Copy out, word for word, the lines from the start of the data below through the line containing "#7=PRODUCT_DEFINITION_SHAPE('','',#6);", and no others.

Data excerpts
◇ ◇ ◇
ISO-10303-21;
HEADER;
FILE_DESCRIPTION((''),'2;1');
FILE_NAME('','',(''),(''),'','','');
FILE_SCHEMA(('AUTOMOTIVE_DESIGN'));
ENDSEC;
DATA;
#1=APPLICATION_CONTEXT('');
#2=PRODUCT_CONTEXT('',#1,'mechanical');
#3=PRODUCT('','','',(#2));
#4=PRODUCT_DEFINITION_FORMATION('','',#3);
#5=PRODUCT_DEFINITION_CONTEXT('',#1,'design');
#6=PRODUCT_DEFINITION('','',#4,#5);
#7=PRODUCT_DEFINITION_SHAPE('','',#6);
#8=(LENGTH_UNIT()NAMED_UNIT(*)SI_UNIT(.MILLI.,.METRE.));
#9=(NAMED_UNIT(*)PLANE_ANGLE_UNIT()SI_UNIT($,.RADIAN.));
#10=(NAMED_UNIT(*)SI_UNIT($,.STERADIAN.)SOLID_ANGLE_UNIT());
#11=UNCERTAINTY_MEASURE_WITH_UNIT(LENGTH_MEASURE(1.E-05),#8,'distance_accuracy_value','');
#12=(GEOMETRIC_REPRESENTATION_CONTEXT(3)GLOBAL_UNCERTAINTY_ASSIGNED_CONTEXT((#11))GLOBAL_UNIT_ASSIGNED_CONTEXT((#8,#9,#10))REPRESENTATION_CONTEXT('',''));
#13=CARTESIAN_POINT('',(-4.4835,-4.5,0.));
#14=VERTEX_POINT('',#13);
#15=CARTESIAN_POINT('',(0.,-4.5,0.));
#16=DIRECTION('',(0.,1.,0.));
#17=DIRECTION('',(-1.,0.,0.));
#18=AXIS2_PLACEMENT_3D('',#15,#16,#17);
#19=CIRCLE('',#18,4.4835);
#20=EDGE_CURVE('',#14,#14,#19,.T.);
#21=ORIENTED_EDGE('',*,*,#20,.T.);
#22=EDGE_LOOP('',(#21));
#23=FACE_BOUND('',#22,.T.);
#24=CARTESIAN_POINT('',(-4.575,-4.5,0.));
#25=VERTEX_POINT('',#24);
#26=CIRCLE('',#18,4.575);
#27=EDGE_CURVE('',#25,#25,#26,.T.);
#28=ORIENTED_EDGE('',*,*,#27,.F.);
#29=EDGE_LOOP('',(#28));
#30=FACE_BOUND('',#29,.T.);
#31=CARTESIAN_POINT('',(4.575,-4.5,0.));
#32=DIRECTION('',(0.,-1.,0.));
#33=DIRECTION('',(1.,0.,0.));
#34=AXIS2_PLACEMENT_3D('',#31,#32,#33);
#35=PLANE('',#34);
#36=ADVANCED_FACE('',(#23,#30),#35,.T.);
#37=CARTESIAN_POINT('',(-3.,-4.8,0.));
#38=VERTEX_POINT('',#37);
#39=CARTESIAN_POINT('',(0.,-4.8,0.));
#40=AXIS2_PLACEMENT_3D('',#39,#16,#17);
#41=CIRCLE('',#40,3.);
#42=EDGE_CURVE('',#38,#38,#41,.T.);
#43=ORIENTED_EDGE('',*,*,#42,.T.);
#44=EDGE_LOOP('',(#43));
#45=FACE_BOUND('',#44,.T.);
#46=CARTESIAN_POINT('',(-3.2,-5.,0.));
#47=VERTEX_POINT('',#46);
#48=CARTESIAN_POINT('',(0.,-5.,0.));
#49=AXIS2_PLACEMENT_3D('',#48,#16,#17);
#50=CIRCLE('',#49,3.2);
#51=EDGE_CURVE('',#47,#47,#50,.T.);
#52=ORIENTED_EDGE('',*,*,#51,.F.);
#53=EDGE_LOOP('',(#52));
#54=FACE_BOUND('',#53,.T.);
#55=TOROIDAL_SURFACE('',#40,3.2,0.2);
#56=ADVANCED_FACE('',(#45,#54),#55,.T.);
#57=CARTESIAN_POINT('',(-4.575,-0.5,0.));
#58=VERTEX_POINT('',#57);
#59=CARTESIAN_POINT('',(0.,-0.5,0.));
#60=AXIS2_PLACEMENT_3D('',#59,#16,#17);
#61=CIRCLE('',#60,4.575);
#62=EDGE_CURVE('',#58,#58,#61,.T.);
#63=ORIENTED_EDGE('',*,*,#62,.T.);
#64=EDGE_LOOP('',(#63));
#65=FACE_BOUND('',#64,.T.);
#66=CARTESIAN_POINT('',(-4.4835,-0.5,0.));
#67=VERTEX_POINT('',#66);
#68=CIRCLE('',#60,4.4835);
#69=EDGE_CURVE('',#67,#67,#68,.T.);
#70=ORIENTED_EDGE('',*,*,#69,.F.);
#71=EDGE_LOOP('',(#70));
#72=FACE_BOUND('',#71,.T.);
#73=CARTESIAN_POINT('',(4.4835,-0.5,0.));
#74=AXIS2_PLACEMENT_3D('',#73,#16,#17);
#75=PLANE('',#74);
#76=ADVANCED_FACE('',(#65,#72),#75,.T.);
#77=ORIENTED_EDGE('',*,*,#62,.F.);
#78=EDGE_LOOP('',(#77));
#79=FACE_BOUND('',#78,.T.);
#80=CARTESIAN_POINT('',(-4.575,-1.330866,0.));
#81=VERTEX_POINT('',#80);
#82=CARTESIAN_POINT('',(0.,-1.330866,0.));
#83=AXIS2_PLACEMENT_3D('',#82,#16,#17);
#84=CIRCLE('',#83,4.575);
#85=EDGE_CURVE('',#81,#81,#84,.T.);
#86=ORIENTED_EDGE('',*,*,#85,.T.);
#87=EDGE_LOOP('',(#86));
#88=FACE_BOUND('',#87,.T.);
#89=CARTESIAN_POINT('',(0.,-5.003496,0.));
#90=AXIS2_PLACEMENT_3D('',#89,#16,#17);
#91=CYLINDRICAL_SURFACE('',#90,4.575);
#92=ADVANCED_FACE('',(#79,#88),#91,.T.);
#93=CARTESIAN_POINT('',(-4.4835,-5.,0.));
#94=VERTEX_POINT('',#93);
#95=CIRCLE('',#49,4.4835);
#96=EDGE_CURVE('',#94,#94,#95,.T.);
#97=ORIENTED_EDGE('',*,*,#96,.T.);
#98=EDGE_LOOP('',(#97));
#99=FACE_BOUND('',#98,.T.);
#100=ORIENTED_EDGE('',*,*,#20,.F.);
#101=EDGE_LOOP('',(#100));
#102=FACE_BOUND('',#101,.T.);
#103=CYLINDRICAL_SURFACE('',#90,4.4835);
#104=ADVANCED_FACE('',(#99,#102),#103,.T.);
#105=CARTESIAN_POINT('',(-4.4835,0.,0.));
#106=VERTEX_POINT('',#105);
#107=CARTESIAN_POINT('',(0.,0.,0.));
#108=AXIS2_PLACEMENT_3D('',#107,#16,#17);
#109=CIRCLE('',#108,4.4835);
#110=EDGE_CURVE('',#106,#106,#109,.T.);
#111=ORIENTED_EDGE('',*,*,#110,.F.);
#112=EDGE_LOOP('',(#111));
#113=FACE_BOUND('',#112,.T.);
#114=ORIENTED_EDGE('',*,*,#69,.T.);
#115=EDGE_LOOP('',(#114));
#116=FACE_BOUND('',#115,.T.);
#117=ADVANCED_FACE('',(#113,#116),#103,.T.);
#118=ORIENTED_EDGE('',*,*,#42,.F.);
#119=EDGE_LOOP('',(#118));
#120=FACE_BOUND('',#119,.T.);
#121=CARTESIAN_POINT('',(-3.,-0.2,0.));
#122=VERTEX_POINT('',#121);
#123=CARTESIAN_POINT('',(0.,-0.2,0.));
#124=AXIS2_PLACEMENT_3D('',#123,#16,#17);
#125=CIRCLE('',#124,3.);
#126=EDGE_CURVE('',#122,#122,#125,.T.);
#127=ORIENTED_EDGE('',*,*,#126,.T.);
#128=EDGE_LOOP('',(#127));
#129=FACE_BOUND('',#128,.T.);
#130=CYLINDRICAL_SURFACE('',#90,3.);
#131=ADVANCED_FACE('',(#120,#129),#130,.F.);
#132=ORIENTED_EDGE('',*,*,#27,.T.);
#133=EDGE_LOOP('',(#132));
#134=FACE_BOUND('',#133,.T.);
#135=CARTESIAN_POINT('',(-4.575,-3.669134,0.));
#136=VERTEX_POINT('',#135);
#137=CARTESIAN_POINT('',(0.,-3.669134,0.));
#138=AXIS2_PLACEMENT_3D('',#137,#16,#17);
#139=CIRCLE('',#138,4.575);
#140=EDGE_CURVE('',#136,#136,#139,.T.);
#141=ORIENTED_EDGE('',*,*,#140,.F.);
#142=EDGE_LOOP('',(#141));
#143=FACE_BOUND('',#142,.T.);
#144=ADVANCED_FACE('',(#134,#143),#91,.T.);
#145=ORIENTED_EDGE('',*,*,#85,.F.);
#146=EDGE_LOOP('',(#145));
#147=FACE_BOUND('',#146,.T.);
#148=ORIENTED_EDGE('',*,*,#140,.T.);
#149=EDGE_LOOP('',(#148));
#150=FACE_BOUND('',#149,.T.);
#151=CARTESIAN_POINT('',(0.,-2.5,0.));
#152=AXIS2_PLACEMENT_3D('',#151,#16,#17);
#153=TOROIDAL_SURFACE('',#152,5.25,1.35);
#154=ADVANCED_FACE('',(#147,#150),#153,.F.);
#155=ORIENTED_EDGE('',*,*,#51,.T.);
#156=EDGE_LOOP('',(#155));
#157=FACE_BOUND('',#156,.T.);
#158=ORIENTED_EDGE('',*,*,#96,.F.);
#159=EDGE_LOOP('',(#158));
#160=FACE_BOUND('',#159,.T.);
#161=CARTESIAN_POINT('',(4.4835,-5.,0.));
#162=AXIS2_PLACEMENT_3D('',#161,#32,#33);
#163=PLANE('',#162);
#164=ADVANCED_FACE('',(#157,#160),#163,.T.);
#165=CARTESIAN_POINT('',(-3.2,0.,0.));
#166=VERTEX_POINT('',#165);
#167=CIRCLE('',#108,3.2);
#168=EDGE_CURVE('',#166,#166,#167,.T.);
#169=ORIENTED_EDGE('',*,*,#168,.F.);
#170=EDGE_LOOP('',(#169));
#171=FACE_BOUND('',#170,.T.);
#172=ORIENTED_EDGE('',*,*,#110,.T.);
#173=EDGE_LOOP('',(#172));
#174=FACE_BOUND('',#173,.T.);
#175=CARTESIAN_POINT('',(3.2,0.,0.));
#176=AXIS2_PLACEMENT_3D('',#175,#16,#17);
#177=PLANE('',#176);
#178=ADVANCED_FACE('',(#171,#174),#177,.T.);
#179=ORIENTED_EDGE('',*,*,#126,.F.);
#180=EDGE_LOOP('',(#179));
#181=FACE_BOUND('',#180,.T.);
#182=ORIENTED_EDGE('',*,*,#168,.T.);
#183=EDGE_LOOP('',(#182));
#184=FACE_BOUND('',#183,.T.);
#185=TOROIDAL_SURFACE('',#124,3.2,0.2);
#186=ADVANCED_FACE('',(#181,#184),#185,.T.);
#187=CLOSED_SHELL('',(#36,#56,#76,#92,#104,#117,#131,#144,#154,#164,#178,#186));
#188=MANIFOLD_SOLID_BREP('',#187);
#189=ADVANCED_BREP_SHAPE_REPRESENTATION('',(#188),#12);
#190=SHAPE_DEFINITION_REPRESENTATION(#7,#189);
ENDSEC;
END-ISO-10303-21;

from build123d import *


with BuildPart() as part:
    # Sketch1 → Revolve1 (revolve)
    with BuildSketch(Plane(origin=(0, 0, 0), x_dir=(-1, 0, 0), z_dir=(0, 0, -1))):
        with BuildLine():
            Line((-4.575, -0.5), (-4.575, -1.330865705))
            ThreePointArc((-4.575, -1.330865705), (-3.9, -2.5), (-4.575, -3.669134295))
            Line((-4.575, -3.669134295), (-4.575, -4.5))
            Line((-4.575, -4.5), (-4.4835, -4.5))
            Line((-4.4835, -4.5), (-4.4835, -5))
            Line((-4.4835, -5), (-3.2, -5))
            ThreePointArc((-3.2, -5), (-3.058578644, -4.941421356), (-3, -4.8))
            Line((-3, -4.8), (-3, -0.2))
            ThreePointArc((-3, -0.2), (-3.058578644, -0.058578644), (-3.2, 0))
            Line((-3.2, 0), (-4.4835, 0))
            Line((-4.4835, 0), (-4.4835, -0.5))
            Line((-4.4835, -0.5), (-4.575, -0.5))
        make_face()
    revolve(axis=Axis((0, -5.003495744, 0), (0, 1, 0)))


solid = part.part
◇ ◇ ◇
**Result below:**
ISO-10303-21;
HEADER;
FILE_DESCRIPTION((''),'2;1');
FILE_NAME('','',(''),(''),'','','');
FILE_SCHEMA(('AUTOMOTIVE_DESIGN'));
ENDSEC;
DATA;
#1=APPLICATION_CONTEXT('');
#2=PRODUCT_CONTEXT('',#1,'mechanical');
#3=PRODUCT('','','',(#2));
#4=PRODUCT_DEFINITION_FORMATION('','',#3);
#5=PRODUCT_DEFINITION_CONTEXT('',#1,'design');
#6=PRODUCT_DEFINITION('','',#4,#5);
#7=PRODUCT_DEFINITION_SHAPE('','',#6);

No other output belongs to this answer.